AIM OF THE TASK: For this listing, the lines between the one holding "#371=ADVANCED_FACE('',(#365,#368),#370,.F.);" and the one holding "#380=FACE_BOUND('',#379,.T.);", inclusive, must be set down exactly.
***
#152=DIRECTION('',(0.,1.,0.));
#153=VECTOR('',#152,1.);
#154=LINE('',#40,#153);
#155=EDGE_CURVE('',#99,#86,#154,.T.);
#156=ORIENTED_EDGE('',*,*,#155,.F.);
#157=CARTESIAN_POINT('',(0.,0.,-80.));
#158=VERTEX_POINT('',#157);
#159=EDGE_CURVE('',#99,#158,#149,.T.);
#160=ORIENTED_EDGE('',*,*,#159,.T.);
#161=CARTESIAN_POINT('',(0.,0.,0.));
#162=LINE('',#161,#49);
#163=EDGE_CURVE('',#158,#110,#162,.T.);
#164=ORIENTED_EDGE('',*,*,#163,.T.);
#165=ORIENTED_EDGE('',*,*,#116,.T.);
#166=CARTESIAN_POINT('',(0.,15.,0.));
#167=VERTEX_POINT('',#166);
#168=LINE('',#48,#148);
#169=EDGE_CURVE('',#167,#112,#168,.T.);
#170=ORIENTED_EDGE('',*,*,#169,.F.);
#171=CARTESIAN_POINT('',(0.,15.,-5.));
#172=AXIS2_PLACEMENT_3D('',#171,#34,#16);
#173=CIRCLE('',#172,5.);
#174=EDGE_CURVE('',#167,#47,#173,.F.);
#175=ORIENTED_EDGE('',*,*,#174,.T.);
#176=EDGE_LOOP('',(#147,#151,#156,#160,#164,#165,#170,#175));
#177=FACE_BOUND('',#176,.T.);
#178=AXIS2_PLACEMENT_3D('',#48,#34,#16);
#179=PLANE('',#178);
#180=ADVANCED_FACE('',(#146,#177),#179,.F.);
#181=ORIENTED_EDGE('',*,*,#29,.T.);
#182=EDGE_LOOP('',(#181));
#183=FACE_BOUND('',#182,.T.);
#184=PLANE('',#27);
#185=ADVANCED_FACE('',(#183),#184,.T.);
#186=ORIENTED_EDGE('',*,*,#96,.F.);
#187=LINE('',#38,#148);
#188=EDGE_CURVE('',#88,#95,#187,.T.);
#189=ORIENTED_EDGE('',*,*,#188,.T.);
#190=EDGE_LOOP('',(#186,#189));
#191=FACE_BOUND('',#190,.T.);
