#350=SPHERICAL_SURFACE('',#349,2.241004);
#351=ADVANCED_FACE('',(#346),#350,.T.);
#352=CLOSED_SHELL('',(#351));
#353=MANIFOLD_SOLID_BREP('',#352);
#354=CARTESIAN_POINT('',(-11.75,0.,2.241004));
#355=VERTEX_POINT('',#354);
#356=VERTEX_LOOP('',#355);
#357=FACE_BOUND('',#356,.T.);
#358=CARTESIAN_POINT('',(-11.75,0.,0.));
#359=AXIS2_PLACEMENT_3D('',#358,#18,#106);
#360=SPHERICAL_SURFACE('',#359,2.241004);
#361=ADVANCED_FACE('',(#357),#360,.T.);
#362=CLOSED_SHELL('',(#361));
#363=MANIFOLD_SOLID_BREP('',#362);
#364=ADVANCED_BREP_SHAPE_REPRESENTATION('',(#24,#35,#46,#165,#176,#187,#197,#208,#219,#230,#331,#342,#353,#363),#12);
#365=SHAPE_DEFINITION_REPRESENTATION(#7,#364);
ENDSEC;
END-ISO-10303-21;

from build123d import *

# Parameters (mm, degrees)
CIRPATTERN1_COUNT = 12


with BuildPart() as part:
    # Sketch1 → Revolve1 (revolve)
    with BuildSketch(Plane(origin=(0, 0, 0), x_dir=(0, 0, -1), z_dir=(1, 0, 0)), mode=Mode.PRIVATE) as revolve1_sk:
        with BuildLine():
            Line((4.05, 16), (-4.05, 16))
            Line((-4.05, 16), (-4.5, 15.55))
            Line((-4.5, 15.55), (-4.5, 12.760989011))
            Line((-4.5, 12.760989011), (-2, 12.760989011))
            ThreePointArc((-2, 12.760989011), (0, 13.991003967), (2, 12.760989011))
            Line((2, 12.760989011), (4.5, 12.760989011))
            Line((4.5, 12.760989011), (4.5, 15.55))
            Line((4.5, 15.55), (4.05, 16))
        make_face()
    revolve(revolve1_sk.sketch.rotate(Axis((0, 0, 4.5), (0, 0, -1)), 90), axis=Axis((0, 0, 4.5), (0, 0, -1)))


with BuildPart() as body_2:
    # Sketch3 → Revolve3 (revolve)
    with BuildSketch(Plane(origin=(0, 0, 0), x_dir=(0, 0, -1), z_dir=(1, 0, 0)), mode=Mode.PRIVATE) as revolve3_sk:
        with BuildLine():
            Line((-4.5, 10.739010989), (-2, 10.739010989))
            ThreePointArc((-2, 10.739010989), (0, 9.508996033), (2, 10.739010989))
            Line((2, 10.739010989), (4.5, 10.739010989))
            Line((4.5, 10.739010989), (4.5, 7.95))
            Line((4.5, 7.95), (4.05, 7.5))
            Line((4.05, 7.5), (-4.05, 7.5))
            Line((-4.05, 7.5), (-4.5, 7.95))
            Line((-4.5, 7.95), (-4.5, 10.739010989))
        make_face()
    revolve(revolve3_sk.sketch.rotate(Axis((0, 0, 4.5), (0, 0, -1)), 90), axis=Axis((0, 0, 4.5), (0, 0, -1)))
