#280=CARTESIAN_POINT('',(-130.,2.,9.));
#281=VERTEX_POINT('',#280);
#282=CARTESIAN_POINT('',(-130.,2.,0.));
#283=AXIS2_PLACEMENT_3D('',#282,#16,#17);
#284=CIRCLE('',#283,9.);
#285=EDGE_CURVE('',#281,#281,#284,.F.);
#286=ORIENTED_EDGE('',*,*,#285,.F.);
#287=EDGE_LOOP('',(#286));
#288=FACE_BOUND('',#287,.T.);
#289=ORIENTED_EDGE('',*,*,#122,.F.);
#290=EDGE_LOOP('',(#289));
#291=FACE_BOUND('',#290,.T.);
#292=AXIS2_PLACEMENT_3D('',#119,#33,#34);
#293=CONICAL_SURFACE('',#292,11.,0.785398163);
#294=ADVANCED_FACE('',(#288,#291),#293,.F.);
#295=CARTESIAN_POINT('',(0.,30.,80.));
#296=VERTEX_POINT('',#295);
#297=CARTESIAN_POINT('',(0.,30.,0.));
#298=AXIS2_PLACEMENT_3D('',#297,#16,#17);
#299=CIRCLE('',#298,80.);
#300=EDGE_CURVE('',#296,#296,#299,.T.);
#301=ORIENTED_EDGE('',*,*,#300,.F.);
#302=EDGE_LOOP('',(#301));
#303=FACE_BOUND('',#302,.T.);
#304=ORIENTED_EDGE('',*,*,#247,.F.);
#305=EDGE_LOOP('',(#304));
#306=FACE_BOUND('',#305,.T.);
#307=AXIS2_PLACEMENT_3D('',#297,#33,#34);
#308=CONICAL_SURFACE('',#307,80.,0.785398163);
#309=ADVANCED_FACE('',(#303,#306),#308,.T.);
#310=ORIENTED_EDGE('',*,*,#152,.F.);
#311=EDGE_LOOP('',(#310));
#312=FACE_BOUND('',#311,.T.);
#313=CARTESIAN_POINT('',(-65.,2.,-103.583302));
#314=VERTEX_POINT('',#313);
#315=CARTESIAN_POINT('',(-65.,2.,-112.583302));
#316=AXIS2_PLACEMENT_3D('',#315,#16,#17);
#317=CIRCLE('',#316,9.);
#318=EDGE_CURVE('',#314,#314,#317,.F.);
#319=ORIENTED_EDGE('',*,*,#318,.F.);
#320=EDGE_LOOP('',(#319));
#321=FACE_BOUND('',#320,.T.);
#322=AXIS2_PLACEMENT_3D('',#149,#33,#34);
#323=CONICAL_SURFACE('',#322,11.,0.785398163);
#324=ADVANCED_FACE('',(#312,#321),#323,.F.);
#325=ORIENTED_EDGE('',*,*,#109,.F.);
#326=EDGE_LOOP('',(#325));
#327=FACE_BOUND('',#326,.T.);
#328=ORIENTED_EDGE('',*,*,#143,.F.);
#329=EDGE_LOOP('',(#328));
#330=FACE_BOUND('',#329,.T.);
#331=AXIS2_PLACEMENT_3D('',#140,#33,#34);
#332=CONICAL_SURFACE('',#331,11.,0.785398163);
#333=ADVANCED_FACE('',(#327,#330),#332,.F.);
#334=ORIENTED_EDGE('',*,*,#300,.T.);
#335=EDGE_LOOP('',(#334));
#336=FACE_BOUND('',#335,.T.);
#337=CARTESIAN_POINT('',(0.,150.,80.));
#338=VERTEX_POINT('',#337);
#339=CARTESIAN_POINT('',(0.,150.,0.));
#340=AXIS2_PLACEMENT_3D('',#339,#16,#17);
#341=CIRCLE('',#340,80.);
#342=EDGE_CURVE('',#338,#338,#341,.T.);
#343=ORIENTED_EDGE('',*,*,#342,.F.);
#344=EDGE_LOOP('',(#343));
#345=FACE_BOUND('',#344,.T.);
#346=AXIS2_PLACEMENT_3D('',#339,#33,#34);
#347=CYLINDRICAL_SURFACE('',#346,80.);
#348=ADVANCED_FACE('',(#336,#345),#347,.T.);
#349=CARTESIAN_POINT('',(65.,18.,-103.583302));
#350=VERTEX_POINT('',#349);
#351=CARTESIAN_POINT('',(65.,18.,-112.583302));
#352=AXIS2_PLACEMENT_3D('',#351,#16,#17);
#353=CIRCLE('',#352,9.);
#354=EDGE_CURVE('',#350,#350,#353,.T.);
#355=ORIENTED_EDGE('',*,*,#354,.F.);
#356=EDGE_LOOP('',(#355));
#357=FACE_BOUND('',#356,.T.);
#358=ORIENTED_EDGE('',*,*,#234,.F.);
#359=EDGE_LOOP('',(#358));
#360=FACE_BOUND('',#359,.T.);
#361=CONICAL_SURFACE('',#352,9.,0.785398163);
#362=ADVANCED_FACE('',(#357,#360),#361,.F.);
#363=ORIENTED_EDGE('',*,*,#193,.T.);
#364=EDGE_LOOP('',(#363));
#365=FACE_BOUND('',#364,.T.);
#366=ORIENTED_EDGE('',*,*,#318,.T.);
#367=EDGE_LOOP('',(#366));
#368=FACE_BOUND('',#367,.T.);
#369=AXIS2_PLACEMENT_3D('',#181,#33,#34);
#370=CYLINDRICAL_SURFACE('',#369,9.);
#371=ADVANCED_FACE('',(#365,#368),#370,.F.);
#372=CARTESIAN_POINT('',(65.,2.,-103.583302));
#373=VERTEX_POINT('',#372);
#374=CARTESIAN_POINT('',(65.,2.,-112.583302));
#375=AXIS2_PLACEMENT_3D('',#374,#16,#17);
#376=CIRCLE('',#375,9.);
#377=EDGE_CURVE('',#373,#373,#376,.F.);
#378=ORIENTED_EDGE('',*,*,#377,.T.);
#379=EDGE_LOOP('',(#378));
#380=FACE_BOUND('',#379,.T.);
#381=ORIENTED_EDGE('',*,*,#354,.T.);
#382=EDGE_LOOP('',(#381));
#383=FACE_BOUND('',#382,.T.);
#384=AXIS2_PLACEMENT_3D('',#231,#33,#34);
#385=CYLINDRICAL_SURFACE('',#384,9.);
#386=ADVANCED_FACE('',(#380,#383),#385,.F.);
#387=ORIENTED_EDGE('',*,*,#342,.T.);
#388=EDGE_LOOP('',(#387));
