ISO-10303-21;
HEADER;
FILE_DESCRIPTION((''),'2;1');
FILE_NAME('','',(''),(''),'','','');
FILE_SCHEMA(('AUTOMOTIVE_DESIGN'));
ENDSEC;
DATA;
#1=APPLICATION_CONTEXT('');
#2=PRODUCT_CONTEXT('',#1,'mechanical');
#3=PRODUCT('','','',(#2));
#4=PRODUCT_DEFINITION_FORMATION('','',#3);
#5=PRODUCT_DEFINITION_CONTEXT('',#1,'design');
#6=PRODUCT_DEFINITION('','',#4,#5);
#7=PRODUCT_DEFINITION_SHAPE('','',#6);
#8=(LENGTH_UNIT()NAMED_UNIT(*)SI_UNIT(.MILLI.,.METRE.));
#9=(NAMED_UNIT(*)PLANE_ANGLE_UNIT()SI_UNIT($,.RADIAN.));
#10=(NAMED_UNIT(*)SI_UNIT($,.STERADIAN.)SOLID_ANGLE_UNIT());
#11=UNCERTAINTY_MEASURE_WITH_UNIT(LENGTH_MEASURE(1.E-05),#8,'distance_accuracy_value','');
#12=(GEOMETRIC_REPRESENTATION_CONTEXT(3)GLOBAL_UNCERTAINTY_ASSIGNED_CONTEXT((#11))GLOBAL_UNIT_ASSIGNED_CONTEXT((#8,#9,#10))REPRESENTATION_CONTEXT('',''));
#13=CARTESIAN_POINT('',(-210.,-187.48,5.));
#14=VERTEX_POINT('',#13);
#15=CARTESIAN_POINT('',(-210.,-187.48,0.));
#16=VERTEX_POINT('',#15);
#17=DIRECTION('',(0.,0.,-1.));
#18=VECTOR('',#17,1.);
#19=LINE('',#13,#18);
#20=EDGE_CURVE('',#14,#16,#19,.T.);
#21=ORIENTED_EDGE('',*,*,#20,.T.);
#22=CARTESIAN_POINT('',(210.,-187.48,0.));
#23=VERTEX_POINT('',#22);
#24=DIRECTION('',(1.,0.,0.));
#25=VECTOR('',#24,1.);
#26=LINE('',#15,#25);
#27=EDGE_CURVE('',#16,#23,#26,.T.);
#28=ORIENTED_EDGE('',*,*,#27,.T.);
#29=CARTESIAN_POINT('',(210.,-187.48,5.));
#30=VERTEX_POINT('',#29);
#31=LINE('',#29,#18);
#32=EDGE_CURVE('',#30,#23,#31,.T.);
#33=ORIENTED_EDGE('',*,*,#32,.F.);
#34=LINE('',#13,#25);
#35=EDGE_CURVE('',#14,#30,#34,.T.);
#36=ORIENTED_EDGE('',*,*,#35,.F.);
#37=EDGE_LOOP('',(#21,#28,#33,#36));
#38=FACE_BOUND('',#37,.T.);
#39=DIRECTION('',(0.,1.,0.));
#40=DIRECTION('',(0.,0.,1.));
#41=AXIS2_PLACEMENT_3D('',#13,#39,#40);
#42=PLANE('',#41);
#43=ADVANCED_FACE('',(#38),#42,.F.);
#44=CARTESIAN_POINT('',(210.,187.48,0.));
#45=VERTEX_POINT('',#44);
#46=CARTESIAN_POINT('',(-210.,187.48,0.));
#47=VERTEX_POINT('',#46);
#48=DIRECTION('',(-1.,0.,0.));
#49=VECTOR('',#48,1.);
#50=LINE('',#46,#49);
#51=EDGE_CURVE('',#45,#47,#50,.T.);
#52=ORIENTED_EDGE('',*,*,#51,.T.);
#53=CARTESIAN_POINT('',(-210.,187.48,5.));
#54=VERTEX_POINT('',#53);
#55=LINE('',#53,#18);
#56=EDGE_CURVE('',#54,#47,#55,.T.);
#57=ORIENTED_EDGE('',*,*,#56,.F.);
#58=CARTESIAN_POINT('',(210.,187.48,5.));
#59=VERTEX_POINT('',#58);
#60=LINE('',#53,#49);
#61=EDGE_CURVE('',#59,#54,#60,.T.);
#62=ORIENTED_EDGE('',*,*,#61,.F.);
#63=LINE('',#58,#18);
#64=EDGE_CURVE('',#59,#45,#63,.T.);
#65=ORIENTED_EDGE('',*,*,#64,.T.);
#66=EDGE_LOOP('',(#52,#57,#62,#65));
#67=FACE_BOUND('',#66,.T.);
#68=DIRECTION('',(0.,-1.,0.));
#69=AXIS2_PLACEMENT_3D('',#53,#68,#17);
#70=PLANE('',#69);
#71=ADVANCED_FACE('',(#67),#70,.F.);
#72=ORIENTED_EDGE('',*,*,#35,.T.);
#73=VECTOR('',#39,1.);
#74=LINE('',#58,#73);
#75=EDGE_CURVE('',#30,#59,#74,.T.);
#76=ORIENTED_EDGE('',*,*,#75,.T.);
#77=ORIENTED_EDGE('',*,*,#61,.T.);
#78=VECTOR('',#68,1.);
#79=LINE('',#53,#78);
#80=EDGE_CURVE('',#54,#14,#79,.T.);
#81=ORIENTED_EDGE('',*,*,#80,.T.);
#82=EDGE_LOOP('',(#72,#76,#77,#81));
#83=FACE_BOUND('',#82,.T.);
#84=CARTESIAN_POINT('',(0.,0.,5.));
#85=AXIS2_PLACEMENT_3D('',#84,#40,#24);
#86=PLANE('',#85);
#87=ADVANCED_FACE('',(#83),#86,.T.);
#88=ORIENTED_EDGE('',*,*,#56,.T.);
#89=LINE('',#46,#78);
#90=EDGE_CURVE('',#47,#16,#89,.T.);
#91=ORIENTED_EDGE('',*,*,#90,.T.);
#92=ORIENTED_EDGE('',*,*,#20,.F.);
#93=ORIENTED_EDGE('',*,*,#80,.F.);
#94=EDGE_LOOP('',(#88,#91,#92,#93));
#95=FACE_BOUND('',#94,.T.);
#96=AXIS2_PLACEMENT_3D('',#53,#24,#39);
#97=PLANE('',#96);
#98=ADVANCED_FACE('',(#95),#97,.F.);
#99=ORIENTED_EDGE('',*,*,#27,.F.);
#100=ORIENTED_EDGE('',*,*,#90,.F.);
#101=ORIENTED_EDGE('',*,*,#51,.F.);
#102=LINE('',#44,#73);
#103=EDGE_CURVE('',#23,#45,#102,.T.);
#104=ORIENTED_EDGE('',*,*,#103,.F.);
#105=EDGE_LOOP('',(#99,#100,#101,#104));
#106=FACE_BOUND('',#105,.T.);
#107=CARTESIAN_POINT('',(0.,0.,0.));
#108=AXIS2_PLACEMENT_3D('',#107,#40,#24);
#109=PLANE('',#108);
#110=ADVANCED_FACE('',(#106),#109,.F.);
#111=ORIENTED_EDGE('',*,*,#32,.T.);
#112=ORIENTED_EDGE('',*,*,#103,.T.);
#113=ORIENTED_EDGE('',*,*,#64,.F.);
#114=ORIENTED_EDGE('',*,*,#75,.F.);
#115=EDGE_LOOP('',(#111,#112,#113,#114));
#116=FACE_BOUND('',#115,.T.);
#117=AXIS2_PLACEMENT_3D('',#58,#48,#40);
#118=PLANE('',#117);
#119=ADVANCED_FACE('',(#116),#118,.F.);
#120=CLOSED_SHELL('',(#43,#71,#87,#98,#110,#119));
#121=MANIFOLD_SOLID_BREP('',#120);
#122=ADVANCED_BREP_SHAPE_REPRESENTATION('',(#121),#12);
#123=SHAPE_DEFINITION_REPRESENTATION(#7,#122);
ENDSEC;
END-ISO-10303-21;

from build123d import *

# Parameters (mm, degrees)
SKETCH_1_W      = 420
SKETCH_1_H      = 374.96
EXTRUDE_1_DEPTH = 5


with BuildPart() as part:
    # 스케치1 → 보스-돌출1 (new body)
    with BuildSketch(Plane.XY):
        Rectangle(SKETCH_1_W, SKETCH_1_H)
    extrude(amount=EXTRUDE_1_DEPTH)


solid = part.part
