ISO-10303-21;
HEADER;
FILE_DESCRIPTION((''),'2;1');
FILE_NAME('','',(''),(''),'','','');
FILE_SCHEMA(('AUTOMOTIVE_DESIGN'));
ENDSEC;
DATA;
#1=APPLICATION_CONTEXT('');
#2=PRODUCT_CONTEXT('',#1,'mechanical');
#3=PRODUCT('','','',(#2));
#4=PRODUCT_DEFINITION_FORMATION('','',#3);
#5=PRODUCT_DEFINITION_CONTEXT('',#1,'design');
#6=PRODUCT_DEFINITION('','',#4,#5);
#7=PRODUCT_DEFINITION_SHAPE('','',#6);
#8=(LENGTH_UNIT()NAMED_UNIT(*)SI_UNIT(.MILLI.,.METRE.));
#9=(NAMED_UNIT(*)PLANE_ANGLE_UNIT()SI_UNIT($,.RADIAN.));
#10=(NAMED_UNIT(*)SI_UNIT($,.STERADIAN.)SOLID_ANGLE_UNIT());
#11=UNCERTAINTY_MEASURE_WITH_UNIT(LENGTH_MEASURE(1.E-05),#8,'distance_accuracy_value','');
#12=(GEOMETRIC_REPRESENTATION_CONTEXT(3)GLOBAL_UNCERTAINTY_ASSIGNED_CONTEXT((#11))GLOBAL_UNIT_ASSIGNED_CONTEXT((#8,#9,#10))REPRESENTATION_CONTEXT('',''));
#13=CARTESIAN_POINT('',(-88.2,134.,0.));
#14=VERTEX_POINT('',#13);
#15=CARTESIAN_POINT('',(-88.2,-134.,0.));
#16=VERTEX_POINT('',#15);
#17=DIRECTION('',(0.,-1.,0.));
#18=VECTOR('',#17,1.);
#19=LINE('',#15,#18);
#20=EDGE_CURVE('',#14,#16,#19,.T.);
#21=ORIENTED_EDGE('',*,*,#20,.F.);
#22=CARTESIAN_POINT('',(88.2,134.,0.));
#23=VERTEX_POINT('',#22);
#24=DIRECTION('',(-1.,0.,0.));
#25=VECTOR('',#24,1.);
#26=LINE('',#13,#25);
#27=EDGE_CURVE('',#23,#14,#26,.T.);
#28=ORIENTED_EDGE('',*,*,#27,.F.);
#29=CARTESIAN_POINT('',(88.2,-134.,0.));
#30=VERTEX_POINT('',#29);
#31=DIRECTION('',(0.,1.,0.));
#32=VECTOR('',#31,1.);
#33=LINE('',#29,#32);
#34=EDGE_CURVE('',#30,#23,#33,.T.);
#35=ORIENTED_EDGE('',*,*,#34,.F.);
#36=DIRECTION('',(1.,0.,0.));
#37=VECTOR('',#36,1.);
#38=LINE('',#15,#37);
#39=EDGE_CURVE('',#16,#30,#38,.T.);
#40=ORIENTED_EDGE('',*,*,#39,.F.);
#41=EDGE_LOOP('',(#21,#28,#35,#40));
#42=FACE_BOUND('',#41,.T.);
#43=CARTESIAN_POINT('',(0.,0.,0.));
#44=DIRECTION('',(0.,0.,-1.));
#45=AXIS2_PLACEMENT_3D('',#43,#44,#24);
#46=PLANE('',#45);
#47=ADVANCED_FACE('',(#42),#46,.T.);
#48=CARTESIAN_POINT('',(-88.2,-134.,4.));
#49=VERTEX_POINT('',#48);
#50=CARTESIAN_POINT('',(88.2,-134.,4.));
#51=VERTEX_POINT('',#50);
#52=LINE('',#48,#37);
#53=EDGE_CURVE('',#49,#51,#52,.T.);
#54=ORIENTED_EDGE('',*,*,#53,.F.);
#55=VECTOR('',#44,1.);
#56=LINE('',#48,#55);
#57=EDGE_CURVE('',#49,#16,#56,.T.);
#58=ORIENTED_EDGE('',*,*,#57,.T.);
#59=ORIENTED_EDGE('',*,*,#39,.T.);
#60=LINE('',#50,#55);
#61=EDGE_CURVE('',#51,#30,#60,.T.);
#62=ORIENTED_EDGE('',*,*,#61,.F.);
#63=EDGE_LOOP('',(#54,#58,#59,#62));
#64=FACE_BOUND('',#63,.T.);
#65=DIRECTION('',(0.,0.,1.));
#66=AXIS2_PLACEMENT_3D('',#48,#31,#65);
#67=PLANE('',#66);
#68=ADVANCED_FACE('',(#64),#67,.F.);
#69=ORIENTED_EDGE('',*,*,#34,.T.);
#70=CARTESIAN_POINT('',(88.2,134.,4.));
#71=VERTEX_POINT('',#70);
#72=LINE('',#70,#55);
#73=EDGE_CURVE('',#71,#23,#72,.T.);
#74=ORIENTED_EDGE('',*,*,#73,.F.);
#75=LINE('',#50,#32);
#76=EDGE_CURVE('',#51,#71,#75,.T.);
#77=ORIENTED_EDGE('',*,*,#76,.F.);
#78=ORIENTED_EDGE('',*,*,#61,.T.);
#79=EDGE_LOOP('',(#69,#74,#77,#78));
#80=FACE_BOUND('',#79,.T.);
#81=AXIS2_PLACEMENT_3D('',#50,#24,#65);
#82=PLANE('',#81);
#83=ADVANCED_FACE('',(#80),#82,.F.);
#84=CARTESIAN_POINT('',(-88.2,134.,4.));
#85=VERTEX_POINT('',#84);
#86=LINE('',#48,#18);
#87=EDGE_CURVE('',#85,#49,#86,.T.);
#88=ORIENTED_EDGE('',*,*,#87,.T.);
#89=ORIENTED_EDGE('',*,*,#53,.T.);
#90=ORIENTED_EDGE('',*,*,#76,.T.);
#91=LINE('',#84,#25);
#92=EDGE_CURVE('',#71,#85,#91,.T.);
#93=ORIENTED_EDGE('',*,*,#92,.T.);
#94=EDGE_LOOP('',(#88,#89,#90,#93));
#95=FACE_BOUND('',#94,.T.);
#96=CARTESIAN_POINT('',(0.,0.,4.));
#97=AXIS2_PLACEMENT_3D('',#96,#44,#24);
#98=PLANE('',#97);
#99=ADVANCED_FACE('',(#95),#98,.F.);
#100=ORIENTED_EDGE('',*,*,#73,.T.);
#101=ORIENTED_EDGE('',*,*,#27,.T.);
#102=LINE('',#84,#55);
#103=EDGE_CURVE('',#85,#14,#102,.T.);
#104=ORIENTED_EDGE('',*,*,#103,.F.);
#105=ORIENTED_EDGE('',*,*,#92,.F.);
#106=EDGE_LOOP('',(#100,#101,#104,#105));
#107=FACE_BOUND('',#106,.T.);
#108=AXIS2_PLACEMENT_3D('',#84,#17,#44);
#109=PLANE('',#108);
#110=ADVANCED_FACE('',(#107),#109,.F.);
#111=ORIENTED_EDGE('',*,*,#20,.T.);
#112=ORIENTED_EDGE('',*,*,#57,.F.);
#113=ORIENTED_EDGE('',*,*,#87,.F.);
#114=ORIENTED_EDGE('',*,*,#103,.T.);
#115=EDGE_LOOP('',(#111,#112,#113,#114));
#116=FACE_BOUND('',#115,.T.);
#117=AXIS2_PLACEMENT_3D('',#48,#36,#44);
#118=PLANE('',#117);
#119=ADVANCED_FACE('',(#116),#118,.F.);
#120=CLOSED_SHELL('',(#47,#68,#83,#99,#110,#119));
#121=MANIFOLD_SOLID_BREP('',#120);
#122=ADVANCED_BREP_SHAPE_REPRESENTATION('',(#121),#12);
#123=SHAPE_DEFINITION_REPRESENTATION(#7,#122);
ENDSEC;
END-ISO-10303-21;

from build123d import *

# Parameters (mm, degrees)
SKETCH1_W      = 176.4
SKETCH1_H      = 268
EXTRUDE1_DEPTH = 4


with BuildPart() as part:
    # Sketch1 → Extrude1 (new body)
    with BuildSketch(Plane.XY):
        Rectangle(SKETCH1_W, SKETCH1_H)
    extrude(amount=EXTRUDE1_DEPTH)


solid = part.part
***
RESPONSE:
#371=ADVANCED_FACE('',(#365,#368),#370,.F.);
#372=CARTESIAN_POINT('',(65.,2.,-103.583302));
#373=VERTEX_POINT('',#372);
#374=CARTESIAN_POINT('',(65.,2.,-112.583302));
#375=AXIS2_PLACEMENT_3D('',#374,#16,#17);
#376=CIRCLE('',#375,9.);
#377=EDGE_CURVE('',#373,#373,#376,.F.);
#378=ORIENTED_EDGE('',*,*,#377,.T.);
#379=EDGE_LOOP('',(#378));
#380=FACE_BOUND('',#379,.T.);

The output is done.